Now, as to the issue of whether payments had in fact been made, there is no doubt that the second
installment was actually paid to the heirs of Juan Galicia, Sr. due to Josefina Tayag's admission in
judicio that the sum of P10,000.00 was fully liquidated. It is thus erroneous for petitioners to suppose that
"the evidence in the records do not support this conclusion" (p. 18, Memorandum for Petitioners; p.
157, Rollo). A contrario, when the court of origin, as well as the appellate court, emphasized the frank
representation along this line of Josefina Tayag before the trial court (TSN, September l, 1983, pp. 3-4; p.
5, Decision in CA-G.R. CV No. 13339, p. 50, Rollo; p. 3, Decision in Civil Case No. 681-G, p. 66, Rollo),
petitioners chose to remain completely mute even at this stage despite the opportunity accorded to them,
for clarification. Consequently, the prejudicial aftermath of Josefina Tayag's spontaneous reaction may no
longer be obliterated on the basis of estoppel (Article 1431, Civil Code;Section 4, Rule 129; Section 2(a),
Rule 131, Revised Rules on Evidence).
Insofar as the third item of the contract is concerned, it may be recalled that respondent court applied
Article 1186 of the Civil Code on constructive fulfillment which petitioners claim should not have been
appreciated because they are the obligees while the proviso in point speaks of the obligor. But, petitioners
must concede that in a reciprocal obligation like a contract of purchase, (Ang vs. Court of Appeals, 170
SCRA 286 [1989]; 4 Paras, supra, at p. 201), both parties are mutually obligors and also obligees
(4 Padilla, supra, at p. 197), and any of the contracting parties may, upon non-fulfillment by the other privy
of his part of the prestation, rescind the contract or seek fulfillment (Article 1191, Civil Code).
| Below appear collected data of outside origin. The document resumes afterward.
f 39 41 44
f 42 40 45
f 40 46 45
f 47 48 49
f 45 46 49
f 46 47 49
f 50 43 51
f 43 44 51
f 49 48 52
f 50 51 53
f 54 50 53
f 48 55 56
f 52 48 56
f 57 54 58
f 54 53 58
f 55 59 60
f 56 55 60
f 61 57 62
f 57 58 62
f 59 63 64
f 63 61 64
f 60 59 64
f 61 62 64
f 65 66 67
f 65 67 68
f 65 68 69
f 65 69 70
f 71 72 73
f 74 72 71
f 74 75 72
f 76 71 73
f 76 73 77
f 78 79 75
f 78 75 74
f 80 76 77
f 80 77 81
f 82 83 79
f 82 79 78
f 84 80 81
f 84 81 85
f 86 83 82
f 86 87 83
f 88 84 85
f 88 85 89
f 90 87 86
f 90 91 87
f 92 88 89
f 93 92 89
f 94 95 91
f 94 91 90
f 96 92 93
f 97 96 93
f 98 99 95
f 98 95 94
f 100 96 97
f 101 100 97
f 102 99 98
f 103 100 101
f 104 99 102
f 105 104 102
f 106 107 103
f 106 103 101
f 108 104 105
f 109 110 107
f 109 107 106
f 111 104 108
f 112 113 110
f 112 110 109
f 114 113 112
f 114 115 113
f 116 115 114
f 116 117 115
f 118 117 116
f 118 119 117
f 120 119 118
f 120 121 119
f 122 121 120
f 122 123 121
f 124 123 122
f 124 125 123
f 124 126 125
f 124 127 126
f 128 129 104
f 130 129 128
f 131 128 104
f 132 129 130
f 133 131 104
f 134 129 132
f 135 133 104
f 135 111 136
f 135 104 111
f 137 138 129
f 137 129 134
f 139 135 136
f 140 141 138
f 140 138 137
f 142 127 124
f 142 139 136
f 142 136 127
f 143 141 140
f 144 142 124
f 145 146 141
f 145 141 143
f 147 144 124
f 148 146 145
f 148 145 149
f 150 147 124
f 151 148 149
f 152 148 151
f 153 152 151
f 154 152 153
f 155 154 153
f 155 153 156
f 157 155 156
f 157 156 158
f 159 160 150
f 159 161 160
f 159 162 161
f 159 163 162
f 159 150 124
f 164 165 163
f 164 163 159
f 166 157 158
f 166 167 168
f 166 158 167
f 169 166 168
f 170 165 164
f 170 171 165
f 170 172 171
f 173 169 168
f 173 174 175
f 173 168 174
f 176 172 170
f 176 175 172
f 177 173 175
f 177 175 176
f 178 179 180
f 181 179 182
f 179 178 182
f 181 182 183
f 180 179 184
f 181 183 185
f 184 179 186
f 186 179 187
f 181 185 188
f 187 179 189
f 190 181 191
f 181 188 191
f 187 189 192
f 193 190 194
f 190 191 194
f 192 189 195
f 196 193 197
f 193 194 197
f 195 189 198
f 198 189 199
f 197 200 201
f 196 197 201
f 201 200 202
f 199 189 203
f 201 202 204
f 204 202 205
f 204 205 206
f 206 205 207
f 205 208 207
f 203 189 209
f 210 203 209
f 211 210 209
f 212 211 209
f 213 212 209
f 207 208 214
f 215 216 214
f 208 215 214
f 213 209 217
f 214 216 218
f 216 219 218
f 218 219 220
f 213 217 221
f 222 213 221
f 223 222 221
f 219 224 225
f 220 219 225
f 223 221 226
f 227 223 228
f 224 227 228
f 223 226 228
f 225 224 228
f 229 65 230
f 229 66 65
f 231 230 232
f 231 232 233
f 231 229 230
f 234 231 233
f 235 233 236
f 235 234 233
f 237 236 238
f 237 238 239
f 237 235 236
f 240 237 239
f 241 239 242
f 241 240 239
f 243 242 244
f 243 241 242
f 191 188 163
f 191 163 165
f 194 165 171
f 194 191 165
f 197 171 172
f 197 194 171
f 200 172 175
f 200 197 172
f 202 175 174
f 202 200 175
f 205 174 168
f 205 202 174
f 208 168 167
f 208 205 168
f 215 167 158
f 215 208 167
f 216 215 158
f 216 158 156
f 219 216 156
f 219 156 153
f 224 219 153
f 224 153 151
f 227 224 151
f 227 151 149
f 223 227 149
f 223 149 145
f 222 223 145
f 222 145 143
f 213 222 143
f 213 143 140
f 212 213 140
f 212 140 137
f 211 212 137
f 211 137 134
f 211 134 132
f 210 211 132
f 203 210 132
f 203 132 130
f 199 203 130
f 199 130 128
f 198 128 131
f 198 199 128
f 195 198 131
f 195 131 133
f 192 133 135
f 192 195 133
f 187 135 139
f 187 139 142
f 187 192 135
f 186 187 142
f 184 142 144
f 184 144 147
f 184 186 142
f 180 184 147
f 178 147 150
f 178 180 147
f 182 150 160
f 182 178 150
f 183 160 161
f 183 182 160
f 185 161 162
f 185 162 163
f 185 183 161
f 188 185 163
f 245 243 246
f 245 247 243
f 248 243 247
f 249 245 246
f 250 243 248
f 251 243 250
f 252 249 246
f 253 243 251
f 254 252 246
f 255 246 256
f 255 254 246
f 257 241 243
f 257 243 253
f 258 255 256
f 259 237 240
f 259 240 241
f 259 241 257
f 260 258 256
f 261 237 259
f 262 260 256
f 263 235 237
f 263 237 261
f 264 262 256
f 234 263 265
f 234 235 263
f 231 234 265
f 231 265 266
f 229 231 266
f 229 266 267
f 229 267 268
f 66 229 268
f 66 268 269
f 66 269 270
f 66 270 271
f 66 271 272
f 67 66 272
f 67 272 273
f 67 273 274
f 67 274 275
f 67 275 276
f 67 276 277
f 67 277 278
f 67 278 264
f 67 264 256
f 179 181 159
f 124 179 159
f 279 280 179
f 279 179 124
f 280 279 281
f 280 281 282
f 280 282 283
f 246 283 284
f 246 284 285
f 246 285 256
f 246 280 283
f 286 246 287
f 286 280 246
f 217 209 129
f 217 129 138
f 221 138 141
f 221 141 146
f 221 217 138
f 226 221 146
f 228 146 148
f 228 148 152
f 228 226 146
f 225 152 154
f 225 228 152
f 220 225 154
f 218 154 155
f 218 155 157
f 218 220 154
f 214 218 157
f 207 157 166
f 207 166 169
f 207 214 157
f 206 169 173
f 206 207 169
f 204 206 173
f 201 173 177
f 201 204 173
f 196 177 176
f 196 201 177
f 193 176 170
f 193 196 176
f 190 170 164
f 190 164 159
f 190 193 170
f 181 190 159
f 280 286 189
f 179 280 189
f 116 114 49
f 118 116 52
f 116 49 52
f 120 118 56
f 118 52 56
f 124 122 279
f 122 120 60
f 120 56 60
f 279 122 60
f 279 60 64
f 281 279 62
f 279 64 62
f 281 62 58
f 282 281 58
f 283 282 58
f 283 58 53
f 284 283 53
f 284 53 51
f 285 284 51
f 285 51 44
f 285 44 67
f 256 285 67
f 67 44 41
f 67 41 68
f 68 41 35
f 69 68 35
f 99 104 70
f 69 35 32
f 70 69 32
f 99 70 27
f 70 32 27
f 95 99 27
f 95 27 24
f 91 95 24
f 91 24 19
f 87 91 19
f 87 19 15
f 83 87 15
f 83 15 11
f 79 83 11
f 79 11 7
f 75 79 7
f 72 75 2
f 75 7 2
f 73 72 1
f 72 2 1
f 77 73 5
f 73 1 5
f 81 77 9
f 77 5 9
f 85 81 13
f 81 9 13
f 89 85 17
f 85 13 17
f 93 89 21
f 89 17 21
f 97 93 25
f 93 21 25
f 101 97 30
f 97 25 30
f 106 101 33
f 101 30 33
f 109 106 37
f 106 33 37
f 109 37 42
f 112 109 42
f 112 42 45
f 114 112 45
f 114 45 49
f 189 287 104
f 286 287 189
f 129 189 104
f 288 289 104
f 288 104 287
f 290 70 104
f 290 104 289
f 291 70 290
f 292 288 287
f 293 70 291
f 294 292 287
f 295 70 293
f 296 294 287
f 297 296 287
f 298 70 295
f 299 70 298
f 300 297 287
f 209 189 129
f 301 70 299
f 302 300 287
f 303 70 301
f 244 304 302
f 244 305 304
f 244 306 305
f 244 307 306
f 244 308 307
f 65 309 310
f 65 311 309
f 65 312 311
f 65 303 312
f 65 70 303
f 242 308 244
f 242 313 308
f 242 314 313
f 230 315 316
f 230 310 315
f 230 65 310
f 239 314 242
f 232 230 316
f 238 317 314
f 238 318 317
In short, it is
puerile for petitioners to say that they are the only obligees under the contract since they are also bound
as obligors to respect the stipulation in permitting private respondent to assume the loan with the
Philippine Veterans Bank which petitioners impeded when they paid the balance of said loan. As vendors,
they are supposed to execute the final deed of sale upon full payment of the balance as determined
Lastly, petitioners argue that there was no valid tender of payment nor consignation of the sum of
P18,520.00 which they acknowledge to have been deposited in court on January 22, 1981 five years after
the amount of P27,000.00 had to be paid (p. 23, Memorandum for Petitioners; p. 162, Rollo). Again this
suggestion ignores the fact that consignation alone produced the effect of payment in the case at bar

because it was established below that two or more heirs of Juan Galicia, Sr. claimed the same right to
collect (Article 1256, (4), Civil Code; pp. 4-5, Decision in Civil Case No. 681-G; pp. 67-68, Rollo).
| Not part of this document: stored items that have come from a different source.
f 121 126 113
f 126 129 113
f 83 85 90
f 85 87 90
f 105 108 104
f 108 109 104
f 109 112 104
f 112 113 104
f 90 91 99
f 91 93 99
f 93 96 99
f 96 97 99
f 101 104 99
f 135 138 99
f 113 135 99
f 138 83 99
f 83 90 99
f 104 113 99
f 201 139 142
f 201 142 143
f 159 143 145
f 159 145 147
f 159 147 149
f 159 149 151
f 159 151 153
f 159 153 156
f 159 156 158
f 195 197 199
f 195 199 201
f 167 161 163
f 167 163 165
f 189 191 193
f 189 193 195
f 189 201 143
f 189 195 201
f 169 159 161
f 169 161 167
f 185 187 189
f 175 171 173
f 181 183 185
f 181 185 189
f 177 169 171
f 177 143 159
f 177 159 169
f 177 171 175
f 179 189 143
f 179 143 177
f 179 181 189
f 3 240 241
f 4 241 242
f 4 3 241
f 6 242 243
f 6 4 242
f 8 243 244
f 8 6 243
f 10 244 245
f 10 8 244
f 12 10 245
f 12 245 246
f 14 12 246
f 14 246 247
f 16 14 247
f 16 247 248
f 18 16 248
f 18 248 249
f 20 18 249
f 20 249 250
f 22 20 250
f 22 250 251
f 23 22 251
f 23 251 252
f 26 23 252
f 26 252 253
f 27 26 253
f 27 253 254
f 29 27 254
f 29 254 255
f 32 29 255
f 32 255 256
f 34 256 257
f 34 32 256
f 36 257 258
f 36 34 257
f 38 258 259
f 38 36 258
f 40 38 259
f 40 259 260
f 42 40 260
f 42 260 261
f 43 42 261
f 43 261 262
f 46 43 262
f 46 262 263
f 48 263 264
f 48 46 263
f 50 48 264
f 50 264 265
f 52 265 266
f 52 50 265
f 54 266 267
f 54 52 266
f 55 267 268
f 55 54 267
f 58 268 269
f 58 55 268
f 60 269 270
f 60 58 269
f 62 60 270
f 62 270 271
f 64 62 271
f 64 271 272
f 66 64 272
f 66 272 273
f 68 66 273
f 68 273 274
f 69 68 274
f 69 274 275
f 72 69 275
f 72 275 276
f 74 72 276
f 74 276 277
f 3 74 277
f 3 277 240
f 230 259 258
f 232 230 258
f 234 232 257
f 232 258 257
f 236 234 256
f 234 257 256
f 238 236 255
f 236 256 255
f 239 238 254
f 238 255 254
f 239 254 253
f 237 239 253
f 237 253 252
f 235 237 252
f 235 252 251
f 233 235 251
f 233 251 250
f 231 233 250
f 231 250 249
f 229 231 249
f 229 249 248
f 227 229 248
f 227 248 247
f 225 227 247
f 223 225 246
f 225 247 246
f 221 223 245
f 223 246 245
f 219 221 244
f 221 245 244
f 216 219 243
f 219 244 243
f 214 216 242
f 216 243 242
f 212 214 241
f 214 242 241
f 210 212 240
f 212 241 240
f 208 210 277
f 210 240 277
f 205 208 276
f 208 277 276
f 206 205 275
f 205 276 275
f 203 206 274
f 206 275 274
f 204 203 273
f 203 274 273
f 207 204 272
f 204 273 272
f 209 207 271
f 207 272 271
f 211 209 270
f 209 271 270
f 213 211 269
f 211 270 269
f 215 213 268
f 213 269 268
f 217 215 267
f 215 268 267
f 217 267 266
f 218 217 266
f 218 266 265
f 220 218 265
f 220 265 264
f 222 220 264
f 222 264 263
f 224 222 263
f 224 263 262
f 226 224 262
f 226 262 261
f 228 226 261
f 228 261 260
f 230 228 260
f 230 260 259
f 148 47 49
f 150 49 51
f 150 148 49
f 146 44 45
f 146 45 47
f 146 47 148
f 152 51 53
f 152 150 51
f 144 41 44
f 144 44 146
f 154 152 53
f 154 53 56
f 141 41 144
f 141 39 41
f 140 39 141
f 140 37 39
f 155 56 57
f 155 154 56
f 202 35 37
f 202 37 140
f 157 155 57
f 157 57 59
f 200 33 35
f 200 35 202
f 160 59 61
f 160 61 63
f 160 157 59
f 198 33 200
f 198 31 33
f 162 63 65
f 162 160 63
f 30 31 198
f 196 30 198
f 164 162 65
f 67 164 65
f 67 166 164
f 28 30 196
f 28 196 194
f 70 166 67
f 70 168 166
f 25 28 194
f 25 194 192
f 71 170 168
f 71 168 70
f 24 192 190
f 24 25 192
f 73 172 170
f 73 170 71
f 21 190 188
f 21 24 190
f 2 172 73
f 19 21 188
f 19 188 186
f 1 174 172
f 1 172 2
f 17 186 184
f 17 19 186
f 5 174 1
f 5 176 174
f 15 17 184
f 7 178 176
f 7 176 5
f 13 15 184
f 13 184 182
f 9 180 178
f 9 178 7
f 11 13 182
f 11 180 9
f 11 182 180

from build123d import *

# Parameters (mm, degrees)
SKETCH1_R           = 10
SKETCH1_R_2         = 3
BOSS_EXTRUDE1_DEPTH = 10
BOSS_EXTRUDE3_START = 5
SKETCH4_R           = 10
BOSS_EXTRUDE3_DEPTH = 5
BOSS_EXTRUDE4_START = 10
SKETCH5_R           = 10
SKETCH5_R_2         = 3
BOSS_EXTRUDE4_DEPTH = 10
Moreover, petitioners did not bother to refute the evidence on hand that, aside from the P18,520.00 (not
P18,500.00 as computed by respondent court) which was consigned, private respondent also paid the
sum of P13,908.25 (Exhibits "F" to "CC"; p. 50, Rollo). These two figures representing private
respondent's payment of the fourth condition amount to P32,428.25, less the P3,778.77 paid by
petitioners to the bank, will lead us to the sum of P28,649.48 or a refund of P1,649.48 to private
respondent as overpayment of the P27,000.00 balance.
WHEREFORE, the petition is hereby DISMISSED and the decision appealed from is hereby AFFIRMED
with the slight modification of Paragraph 4 of the dispositive thereof which is thus amended to read:
4. ordering the withdrawal of the sum of P18,520.00 consigned with the Regional Trial
Court, and that the amount of P16,870.52 be delivered by private respondent with legal
rate of interest until fully paid to the heirs of Juan Galicia, Sr. as balance of the sale
including reimbursement of the sum paid to the Philippine Veterans Bank, minus the
attorney's fees and damages awarded in favor of private respondent. The excess of
P1,649.48 shall be returned to private respondent also with legal interest until fully paid
by petitioners. With costs against petitioners.